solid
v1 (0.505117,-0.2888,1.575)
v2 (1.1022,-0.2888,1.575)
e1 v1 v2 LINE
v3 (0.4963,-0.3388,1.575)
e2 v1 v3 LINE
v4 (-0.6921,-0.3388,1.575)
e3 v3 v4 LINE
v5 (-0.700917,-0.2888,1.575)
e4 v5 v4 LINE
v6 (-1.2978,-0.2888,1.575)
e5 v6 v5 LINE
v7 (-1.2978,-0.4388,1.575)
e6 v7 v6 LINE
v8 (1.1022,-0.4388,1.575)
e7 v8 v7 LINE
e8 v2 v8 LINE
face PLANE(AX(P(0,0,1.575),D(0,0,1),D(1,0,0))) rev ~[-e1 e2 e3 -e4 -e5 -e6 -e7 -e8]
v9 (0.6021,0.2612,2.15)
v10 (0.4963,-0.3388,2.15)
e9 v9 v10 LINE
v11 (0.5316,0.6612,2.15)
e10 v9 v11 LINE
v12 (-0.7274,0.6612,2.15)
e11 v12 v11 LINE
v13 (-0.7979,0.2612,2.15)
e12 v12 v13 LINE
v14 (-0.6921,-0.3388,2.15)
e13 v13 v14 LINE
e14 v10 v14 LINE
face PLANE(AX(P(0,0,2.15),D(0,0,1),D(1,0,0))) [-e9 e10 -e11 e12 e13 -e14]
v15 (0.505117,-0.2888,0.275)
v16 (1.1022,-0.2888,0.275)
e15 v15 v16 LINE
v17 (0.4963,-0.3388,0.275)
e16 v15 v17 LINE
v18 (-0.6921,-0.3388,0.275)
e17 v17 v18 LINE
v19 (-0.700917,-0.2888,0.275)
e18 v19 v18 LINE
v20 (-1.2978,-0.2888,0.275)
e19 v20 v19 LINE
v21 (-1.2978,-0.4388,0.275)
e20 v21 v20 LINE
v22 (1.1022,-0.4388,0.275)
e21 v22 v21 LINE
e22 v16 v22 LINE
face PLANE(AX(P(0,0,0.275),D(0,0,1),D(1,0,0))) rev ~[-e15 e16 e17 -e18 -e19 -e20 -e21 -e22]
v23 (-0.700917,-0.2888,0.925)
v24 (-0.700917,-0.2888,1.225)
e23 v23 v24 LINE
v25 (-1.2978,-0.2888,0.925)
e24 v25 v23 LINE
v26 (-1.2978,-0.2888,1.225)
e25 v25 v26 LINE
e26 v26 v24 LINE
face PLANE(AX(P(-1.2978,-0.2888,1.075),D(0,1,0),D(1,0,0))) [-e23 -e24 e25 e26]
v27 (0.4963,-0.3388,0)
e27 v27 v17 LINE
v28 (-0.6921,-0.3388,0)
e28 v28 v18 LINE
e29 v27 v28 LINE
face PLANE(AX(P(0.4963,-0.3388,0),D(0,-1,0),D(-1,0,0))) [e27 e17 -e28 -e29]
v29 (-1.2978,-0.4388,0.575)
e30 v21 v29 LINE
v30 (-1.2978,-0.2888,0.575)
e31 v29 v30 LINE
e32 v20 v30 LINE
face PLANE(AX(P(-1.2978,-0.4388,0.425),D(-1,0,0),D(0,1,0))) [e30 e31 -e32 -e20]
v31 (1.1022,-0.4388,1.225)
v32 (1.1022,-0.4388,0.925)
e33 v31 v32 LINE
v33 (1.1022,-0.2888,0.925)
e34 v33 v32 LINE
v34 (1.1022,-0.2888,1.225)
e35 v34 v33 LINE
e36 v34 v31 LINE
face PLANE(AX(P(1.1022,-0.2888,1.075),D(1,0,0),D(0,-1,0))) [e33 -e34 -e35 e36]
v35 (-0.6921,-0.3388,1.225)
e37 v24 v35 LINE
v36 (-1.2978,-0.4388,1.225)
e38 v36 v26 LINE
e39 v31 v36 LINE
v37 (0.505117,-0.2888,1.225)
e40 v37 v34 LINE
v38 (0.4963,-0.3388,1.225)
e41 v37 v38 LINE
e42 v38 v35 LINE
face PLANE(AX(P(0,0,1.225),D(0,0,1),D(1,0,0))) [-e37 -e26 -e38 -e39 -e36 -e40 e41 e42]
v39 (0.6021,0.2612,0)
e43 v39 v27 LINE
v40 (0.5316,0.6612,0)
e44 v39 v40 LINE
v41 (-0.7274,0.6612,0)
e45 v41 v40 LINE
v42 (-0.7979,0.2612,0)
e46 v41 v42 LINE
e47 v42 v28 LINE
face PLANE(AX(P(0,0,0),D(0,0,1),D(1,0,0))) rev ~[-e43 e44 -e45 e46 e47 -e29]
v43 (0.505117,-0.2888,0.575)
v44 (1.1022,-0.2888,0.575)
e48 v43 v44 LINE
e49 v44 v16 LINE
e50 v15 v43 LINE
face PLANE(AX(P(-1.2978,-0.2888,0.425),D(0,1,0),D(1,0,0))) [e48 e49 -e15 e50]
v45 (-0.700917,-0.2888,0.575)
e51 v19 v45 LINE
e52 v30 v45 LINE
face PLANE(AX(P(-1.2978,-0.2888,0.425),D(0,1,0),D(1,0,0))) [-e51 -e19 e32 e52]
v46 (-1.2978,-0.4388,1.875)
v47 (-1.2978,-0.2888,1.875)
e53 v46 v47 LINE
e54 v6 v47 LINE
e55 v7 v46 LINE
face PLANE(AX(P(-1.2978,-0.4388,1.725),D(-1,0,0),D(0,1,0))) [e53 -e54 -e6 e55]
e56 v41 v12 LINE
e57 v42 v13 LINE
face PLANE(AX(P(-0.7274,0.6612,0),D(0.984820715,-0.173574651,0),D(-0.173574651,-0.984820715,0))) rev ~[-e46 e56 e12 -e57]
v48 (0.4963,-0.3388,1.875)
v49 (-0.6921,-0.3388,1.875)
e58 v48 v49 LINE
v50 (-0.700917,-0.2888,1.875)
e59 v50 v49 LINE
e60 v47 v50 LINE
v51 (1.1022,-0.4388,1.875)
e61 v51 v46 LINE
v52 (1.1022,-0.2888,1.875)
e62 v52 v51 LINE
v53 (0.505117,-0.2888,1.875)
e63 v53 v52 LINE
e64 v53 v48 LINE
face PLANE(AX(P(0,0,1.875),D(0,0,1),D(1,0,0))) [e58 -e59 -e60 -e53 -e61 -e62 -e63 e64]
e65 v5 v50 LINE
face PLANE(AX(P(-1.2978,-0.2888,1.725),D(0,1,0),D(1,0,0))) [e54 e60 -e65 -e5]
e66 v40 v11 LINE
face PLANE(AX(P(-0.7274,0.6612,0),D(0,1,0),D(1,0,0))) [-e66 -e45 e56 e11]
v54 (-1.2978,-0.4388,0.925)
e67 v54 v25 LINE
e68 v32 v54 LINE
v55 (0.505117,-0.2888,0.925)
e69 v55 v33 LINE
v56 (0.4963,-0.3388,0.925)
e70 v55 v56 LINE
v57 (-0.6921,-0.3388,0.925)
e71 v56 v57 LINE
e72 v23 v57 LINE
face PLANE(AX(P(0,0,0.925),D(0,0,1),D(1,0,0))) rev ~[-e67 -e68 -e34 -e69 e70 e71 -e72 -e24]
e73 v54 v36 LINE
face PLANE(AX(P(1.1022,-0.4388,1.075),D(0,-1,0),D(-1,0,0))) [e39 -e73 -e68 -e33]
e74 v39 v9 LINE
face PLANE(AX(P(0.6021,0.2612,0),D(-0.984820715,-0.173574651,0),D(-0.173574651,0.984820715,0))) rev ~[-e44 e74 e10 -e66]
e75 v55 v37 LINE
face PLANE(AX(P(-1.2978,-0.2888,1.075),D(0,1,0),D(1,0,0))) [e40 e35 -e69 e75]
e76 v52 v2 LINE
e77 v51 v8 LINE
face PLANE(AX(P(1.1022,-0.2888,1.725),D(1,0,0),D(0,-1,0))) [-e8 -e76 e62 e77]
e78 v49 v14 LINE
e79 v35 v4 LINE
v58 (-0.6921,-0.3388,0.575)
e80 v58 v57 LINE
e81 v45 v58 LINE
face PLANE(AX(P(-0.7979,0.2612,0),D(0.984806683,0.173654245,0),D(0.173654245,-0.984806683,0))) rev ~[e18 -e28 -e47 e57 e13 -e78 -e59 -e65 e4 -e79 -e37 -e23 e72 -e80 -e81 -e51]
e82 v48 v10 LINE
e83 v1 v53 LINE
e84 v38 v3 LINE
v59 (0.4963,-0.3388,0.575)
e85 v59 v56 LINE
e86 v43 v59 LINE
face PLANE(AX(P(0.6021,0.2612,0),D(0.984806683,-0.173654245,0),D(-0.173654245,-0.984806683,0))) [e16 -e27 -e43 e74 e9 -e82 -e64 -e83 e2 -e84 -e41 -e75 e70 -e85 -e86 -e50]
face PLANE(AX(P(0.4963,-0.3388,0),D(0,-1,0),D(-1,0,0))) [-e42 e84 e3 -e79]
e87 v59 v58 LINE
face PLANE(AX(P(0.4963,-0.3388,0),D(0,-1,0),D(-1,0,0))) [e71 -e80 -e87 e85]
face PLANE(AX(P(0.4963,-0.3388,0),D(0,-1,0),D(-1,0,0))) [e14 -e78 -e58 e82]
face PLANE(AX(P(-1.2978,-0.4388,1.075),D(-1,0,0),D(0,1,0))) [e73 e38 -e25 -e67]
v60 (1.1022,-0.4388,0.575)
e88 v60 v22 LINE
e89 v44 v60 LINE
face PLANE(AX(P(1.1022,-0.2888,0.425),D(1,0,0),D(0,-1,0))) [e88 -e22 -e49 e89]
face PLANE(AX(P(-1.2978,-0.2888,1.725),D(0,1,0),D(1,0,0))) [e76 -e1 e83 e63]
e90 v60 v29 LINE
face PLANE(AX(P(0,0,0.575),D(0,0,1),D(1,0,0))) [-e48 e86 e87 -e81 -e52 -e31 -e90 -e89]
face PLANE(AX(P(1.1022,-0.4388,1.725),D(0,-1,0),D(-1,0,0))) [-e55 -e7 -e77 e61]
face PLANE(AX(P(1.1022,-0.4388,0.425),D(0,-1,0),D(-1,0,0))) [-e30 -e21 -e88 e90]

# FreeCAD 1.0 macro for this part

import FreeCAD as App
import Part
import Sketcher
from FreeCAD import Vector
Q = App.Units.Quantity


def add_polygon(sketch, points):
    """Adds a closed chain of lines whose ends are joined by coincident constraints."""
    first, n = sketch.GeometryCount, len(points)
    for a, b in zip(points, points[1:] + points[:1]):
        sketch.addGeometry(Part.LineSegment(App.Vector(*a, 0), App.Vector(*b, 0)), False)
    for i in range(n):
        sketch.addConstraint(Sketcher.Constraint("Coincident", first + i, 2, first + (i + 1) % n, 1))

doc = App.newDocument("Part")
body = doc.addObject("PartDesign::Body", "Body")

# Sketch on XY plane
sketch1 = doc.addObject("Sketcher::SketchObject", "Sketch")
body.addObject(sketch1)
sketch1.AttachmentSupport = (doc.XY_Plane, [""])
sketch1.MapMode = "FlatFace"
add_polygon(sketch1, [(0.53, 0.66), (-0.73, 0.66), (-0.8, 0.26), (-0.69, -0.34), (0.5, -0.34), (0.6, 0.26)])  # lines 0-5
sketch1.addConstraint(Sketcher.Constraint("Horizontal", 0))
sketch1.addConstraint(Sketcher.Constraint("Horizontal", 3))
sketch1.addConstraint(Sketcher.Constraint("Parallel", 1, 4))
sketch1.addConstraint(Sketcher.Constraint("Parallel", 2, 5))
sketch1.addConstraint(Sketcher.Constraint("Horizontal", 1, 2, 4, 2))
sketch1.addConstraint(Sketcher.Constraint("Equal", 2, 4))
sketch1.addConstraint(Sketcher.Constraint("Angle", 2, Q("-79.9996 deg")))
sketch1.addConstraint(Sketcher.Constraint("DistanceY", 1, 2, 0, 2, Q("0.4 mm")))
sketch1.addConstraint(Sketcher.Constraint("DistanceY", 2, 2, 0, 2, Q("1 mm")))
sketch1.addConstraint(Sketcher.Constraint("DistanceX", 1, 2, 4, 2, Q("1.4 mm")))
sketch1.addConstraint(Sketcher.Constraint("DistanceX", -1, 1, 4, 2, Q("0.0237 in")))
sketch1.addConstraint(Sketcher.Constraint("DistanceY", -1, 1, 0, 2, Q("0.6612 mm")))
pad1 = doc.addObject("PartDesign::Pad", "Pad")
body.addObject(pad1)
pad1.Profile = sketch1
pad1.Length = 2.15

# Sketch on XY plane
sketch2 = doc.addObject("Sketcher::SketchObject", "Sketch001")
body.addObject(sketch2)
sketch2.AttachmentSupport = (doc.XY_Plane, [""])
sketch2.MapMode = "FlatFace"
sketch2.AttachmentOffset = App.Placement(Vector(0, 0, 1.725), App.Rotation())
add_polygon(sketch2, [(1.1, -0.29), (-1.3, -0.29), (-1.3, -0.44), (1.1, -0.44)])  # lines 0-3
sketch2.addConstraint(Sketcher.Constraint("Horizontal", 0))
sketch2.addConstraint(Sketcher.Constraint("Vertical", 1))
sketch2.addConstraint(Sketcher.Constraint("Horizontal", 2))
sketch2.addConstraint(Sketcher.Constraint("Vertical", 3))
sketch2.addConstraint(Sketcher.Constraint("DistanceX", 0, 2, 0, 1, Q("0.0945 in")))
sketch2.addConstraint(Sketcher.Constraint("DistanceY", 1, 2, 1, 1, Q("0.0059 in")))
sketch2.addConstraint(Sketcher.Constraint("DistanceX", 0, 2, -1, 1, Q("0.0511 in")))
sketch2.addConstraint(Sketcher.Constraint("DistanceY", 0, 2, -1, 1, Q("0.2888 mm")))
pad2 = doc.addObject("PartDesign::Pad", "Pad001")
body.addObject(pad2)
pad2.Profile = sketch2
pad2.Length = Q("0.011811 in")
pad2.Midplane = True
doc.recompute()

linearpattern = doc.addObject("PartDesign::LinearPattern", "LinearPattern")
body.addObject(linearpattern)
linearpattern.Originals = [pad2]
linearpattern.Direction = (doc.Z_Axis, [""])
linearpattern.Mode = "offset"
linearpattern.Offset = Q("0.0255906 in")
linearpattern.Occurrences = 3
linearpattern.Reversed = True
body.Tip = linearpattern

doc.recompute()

==================================================

WHAT YOU HAVE TO DO:
After locating the line holding "v15 (0.505117,-0.2888,0.275)" above, output exactly that line and every line after it through the line holding "e55 v7 v46 LINE". Include nothing else.

YOUR SOLUTION:
v15 (0.505117,-0.2888,0.275)
v16 (1.1022,-0.2888,0.275)
e15 v15 v16 LINE
v17 (0.4963,-0.3388,0.275)
e16 v15 v17 LINE
v18 (-0.6921,-0.3388,0.275)
e17 v17 v18 LINE
v19 (-0.700917,-0.2888,0.275)
e18 v19 v18 LINE
v20 (-1.2978,-0.2888,0.275)
e19 v20 v19 LINE
v21 (-1.2978,-0.4388,0.275)
e20 v21 v20 LINE
v22 (1.1022,-0.4388,0.275)
e21 v22 v21 LINE
e22 v16 v22 LINE
face PLANE(AX(P(0,0,0.275),D(0,0,1),D(1,0,0))) rev ~[-e15 e16 e17 -e18 -e19 -e20 -e21 -e22]
v23 (-0.700917,-0.2888,0.925)
v24 (-0.700917,-0.2888,1.225)
e23 v23 v24 LINE
v25 (-1.2978,-0.2888,0.925)
e24 v25 v23 LINE
v26 (-1.2978,-0.2888,1.225)
e25 v25 v26 LINE
e26 v26 v24 LINE
face PLANE(AX(P(-1.2978,-0.2888,1.075),D(0,1,0),D(1,0,0))) [-e23 -e24 e25 e26]
v27 (0.4963,-0.3388,0)
e27 v27 v17 LINE
v28 (-0.6921,-0.3388,0)
e28 v28 v18 LINE
e29 v27 v28 LINE
face PLANE(AX(P(0.4963,-0.3388,0),D(0,-1,0),D(-1,0,0))) [e27 e17 -e28 -e29]
v29 (-1.2978,-0.4388,0.575)
e30 v21 v29 LINE
v30 (-1.2978,-0.2888,0.575)
e31 v29 v30 LINE
e32 v20 v30 LINE
face PLANE(AX(P(-1.2978,-0.4388,0.425),D(-1,0,0),D(0,1,0))) [e30 e31 -e32 -e20]
v31 (1.1022,-0.4388,1.225)
v32 (1.1022,-0.4388,0.925)
e33 v31 v32 LINE
v33 (1.1022,-0.2888,0.925)
e34 v33 v32 LINE
v34 (1.1022,-0.2888,1.225)
e35 v34 v33 LINE
e36 v34 v31 LINE
face PLANE(AX(P(1.1022,-0.2888,1.075),D(1,0,0),D(0,-1,0))) [e33 -e34 -e35 e36]
v35 (-0.6921,-0.3388,1.225)
e37 v24 v35 LINE
v36 (-1.2978,-0.4388,1.225)
e38 v36 v26 LINE
e39 v31 v36 LINE
v37 (0.505117,-0.2888,1.225)
e40 v37 v34 LINE
v38 (0.4963,-0.3388,1.225)
e41 v37 v38 LINE
e42 v38 v35 LINE
face PLANE(AX(P(0,0,1.225),D(0,0,1),D(1,0,0))) [-e37 -e26 -e38 -e39 -e36 -e40 e41 e42]
v39 (0.6021,0.2612,0)
e43 v39 v27 LINE
v40 (0.5316,0.6612,0)
e44 v39 v40 LINE
v41 (-0.7274,0.6612,0)
e45 v41 v40 LINE
v42 (-0.7979,0.2612,0)
e46 v41 v42 LINE
e47 v42 v28 LINE
face PLANE(AX(P(0,0,0),D(0,0,1),D(1,0,0))) rev ~[-e43 e44 -e45 e46 e47 -e29]
v43 (0.505117,-0.2888,0.575)
v44 (1.1022,-0.2888,0.575)
e48 v43 v44 LINE
e49 v44 v16 LINE
e50 v15 v43 LINE
face PLANE(AX(P(-1.2978,-0.2888,0.425),D(0,1,0),D(1,0,0))) [e48 e49 -e15 e50]
v45 (-0.700917,-0.2888,0.575)
e51 v19 v45 LINE
e52 v30 v45 LINE
face PLANE(AX(P(-1.2978,-0.2888,0.425),D(0,1,0),D(1,0,0))) [-e51 -e19 e32 e52]
v46 (-1.2978,-0.4388,1.875)
v47 (-1.2978,-0.2888,1.875)
e53 v46 v47 LINE
e54 v6 v47 LINE
e55 v7 v46 LINE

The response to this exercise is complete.